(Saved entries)
○ ○ ○
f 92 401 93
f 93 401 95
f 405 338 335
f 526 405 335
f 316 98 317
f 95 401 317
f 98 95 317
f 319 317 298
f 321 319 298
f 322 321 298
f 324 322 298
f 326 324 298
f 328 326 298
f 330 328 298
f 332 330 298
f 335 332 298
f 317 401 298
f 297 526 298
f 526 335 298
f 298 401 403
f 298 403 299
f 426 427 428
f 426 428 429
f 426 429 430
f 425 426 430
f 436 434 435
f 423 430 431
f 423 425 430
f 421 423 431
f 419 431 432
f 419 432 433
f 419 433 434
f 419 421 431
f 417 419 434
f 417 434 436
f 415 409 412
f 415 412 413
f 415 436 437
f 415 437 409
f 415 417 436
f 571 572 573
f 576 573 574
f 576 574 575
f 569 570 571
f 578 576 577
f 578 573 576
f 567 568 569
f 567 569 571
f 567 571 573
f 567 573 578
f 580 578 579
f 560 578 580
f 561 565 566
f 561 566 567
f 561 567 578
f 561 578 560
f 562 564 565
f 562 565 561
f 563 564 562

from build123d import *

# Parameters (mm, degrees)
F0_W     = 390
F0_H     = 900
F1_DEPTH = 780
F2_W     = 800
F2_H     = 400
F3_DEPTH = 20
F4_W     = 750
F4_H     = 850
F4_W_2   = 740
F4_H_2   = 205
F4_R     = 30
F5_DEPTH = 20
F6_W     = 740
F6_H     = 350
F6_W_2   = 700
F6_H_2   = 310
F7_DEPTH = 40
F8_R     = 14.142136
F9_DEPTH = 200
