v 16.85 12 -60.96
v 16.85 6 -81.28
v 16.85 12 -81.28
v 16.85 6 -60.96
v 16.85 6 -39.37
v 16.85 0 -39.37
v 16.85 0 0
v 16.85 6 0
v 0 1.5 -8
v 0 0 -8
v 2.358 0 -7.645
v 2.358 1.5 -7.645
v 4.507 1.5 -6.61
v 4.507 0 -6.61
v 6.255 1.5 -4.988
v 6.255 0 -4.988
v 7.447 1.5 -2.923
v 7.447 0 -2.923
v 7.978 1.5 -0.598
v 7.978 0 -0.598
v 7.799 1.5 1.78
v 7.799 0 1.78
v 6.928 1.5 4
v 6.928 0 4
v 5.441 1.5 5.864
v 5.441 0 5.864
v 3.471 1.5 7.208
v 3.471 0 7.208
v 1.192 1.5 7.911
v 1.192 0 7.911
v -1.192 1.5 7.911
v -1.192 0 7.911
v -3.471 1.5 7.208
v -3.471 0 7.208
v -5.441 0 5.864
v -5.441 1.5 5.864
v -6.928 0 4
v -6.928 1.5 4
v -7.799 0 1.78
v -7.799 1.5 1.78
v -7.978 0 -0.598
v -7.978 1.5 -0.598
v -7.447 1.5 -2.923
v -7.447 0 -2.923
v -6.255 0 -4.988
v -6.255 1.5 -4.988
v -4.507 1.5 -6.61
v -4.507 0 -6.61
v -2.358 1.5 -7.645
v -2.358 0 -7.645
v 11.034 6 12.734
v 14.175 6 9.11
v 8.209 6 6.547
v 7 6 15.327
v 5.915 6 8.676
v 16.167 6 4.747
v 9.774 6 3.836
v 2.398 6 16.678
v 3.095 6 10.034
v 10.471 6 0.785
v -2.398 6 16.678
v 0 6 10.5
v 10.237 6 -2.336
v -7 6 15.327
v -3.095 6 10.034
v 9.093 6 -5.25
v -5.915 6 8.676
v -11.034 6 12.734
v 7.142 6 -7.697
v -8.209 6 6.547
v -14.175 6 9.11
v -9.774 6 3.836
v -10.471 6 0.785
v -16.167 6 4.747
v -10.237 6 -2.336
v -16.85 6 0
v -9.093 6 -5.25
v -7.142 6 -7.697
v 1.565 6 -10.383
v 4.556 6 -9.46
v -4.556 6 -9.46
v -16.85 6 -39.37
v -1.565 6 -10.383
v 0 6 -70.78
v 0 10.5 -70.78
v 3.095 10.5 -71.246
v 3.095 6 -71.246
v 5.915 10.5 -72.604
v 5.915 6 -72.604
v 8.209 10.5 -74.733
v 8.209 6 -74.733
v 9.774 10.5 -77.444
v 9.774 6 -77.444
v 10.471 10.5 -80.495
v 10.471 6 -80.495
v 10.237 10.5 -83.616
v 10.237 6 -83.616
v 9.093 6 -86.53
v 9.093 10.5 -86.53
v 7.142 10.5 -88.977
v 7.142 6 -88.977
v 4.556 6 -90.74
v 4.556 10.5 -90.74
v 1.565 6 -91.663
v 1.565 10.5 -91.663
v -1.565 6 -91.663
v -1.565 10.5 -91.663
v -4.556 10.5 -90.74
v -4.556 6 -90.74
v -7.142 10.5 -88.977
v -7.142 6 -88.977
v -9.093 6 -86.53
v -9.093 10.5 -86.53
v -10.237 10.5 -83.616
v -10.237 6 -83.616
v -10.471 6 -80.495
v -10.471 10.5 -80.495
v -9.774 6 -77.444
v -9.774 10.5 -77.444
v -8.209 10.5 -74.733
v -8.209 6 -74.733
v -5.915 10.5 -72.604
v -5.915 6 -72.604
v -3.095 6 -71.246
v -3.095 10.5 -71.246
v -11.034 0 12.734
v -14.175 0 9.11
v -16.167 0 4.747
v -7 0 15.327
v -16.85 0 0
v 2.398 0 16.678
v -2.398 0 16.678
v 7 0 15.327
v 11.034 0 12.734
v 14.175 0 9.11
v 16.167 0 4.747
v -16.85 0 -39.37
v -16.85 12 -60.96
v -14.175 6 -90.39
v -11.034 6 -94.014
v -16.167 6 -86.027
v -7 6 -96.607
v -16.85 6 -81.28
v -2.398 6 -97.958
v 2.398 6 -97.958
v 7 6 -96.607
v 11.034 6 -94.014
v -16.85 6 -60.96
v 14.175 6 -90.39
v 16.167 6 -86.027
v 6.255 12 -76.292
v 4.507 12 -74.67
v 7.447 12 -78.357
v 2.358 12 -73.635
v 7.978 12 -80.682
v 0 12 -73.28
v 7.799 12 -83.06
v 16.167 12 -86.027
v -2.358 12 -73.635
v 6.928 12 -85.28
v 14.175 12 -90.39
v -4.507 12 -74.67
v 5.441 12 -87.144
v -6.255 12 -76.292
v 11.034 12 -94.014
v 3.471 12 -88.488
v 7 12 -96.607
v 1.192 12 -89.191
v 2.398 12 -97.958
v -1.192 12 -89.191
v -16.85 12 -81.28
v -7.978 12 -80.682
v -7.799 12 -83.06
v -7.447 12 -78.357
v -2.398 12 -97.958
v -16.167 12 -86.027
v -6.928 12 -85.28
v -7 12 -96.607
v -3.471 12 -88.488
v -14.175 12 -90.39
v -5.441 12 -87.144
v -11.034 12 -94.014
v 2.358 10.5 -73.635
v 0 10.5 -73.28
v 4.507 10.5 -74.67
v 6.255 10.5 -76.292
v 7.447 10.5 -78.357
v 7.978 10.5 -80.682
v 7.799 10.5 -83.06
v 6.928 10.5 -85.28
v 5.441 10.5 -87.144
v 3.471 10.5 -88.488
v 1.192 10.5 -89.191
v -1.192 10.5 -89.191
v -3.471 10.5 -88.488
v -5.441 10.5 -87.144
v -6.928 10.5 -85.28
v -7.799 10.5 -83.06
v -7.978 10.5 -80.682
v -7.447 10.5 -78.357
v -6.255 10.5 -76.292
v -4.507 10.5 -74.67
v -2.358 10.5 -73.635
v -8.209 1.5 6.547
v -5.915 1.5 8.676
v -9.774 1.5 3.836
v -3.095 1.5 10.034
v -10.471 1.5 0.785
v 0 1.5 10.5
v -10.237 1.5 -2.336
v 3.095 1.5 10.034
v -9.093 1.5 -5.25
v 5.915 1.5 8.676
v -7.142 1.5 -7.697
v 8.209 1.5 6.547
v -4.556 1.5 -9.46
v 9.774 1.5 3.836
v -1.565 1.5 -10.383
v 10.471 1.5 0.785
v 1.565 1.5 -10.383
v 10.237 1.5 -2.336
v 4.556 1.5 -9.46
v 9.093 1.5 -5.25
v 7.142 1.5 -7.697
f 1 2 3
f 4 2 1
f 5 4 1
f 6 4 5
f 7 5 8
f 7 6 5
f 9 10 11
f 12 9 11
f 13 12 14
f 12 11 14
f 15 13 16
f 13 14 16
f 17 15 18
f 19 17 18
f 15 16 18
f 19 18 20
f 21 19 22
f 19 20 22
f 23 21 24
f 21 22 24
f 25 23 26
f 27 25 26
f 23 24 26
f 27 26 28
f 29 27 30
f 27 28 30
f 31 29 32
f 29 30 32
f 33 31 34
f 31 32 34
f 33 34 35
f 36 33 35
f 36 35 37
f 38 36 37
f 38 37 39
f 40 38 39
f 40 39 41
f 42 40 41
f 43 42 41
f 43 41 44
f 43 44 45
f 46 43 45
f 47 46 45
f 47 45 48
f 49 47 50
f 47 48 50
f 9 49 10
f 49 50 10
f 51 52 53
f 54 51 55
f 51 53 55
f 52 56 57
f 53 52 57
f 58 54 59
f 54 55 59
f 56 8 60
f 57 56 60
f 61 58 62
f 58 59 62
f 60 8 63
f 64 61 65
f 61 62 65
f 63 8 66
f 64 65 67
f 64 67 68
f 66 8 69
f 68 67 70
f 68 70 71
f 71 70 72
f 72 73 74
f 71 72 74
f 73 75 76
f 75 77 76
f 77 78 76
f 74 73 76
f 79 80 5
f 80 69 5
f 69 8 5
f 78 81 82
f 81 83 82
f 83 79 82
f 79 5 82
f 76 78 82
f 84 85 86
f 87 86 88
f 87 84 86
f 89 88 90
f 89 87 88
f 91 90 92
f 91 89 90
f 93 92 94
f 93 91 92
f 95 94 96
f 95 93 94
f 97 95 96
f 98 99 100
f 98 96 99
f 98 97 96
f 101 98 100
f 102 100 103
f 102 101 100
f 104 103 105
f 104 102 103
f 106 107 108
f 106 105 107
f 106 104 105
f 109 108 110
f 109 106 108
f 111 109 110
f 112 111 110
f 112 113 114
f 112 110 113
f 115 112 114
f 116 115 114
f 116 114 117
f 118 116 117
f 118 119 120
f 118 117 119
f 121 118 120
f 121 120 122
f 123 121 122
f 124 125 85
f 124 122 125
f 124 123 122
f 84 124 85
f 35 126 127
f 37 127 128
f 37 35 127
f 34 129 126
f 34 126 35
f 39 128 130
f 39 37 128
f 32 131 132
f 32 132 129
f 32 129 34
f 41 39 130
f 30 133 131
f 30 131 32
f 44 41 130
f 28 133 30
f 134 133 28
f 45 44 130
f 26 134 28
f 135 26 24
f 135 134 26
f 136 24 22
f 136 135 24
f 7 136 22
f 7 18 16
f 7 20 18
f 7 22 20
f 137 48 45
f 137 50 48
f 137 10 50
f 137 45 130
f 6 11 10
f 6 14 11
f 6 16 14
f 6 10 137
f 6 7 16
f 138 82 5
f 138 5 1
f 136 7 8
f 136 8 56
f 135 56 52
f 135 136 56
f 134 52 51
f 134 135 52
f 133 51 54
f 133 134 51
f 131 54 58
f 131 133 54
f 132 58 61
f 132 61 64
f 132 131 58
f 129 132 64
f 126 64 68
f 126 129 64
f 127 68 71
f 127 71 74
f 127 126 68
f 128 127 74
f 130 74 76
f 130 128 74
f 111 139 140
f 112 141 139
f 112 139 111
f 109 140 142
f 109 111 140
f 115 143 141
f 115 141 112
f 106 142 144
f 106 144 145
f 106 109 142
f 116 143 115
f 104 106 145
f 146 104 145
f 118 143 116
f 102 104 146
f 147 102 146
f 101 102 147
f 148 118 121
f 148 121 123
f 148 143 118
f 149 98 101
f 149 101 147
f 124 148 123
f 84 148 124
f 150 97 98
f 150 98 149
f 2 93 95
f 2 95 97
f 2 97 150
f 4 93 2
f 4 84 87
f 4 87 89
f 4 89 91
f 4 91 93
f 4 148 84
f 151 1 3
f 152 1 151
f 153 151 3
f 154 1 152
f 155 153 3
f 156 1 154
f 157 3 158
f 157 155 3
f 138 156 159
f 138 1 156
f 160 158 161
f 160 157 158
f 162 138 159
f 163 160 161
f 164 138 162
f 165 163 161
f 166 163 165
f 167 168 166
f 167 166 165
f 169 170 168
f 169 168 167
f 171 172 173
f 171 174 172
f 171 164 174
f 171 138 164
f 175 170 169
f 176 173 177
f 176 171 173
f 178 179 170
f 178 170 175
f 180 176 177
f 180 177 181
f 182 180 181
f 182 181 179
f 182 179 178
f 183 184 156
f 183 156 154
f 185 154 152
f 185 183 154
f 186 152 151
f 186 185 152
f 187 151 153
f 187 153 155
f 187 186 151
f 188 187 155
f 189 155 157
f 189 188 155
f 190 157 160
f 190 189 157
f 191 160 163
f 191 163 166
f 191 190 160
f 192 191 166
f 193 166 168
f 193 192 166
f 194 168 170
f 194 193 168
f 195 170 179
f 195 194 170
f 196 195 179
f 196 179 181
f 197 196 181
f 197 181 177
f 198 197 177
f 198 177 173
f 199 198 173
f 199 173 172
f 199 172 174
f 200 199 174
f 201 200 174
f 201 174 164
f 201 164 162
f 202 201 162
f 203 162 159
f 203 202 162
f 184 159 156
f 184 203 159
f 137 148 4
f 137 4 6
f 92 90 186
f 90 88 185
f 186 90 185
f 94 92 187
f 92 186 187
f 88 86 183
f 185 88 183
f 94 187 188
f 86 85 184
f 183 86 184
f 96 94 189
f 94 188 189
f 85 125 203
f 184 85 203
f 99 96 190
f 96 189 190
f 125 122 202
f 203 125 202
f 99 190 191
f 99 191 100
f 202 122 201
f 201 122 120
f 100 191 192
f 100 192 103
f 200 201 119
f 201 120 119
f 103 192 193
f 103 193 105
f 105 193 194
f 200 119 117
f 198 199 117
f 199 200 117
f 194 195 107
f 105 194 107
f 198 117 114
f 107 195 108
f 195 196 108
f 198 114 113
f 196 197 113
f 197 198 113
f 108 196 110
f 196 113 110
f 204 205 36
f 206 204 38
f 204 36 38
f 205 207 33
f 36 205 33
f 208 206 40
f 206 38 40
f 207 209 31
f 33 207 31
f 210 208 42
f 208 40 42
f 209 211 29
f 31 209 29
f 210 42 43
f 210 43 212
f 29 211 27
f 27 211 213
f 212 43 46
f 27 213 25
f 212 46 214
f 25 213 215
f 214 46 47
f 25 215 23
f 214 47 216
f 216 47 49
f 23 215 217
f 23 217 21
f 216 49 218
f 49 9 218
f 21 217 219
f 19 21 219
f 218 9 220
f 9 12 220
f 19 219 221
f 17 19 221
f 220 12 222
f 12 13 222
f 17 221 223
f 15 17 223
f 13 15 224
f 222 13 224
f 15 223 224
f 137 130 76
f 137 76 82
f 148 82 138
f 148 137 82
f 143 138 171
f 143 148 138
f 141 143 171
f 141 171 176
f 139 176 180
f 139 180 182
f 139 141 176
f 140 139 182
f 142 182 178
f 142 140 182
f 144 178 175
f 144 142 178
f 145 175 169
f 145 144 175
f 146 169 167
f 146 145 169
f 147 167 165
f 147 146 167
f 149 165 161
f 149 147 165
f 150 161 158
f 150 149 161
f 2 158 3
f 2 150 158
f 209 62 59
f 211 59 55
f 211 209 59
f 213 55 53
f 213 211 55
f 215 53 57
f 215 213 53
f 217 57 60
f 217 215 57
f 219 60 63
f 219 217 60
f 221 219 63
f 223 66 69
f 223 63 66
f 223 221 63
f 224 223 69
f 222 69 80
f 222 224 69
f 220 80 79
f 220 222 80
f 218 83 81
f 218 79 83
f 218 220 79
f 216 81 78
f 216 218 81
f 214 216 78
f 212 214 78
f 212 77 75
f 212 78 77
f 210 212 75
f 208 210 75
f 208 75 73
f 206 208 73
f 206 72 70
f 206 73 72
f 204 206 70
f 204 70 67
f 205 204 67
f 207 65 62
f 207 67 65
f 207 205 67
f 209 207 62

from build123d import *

# Parameters (mm, degrees)
SKETCH1_R           = 10.499999955
BOSS_EXTRUDE1_DEPTH = 12
SKETCH2_R           = 10.499999955
CUT_EXTRUDE1_DEPTH  = 6
BOSS_EXTRUDE2_START = -1.5
SKETCH3_R           = 10.499999955
SKETCH3_R_2         = 8
BOSS_EXTRUDE2_DEPTH = 1.5
CUT_EXTRUDE2_START  = -6
CUT_EXTRUDE2_DEPTH  = 6
SKETCH5_R           = 10.499999955
SKETCH5_R_2         = 8
BOSS_EXTRUDE3_DEPTH = 1.5
CUT_EXTRUDE6_DEPTH  = 105.447053023


with BuildPart() as part:
    # Sketch1 → Boss-Extrude1 (new body)
    with BuildSketch(Plane(origin=(0, 0, 0), x_dir=(1, 0, 0), z_dir=(0, 1, 0))):
        with BuildLine():
            Line((-16.849999955, 0), (-16.849999955, 81.28))
            ThreePointArc((-16.849999955, 81.28), (0, 98.129999955), (16.849999955, 81.28))
            Line((16.849999955, 81.28), (16.849999955, 0))
            ThreePointArc((16.849999955, 0), (0, -16.849999955), (-16.849999955, 0))
        make_face()
        Circle(SKETCH1_R, mode=Mode.SUBTRACT)
        with Locations((0, 81.28)):
            Circle(SKETCH1_R, mode=Mode.SUBTRACT)
    extrude(amount=BOSS_EXTRUDE1_DEPTH)

    # Sketch2 → Cut-Extrude1 (cut)
    with BuildSketch(Plane.XZ):
        with BuildLine():
            Line((-16.849999955, -60.96), (-16.849999955, -81.28))
            ThreePointArc((-16.849999955, -81.28), (0, -98.129999955), (16.849999955, -81.28))
            Line((16.849999955, -81.28), (16.849999955, -60.96))
            Line((16.849999955, -60.96), (-16.849999955, -60.96))
        make_face()
        with Locations((0, -81.28)):
            Circle(SKETCH2_R, mode=Mode.SUBTRACT)
    extrude(amount=-CUT_EXTRUDE1_DEPTH, mode=Mode.SUBTRACT)

    # Sketch3 → Boss-Extrude2 (add)
    with BuildSketch(Plane(origin=(0, 12, 0), x_dir=(1, 0, 0), z_dir=(0, 1, 0)).offset(BOSS_EXTRUDE2_START)):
○ ○ ○
- **Required action**:
Reproduce exactly the section above that begins at the line containing "f 213 55 53" and ends at the line containing "f 209 207 62", leaving out all other lines.

- **Response box**:
f 213 55 53
f 213 211 55
f 215 53 57
f 215 213 53
f 217 57 60
f 217 215 57
f 219 60 63
f 219 217 60
f 221 219 63
f 223 66 69
f 223 63 66
f 223 221 63
f 224 223 69
f 222 69 80
f 222 224 69
f 220 80 79
f 220 222 80
f 218 83 81
f 218 79 83
f 218 220 79
f 216 81 78
f 216 218 81
f 214 216 78
f 212 214 78
f 212 77 75
f 212 78 77
f 210 212 75
f 208 210 75
f 208 75 73
f 206 208 73
f 206 72 70
f 206 73 72
f 204 206 70
f 204 70 67
f 205 204 67
f 207 65 62
f 207 67 65
f 207 205 67
f 209 207 62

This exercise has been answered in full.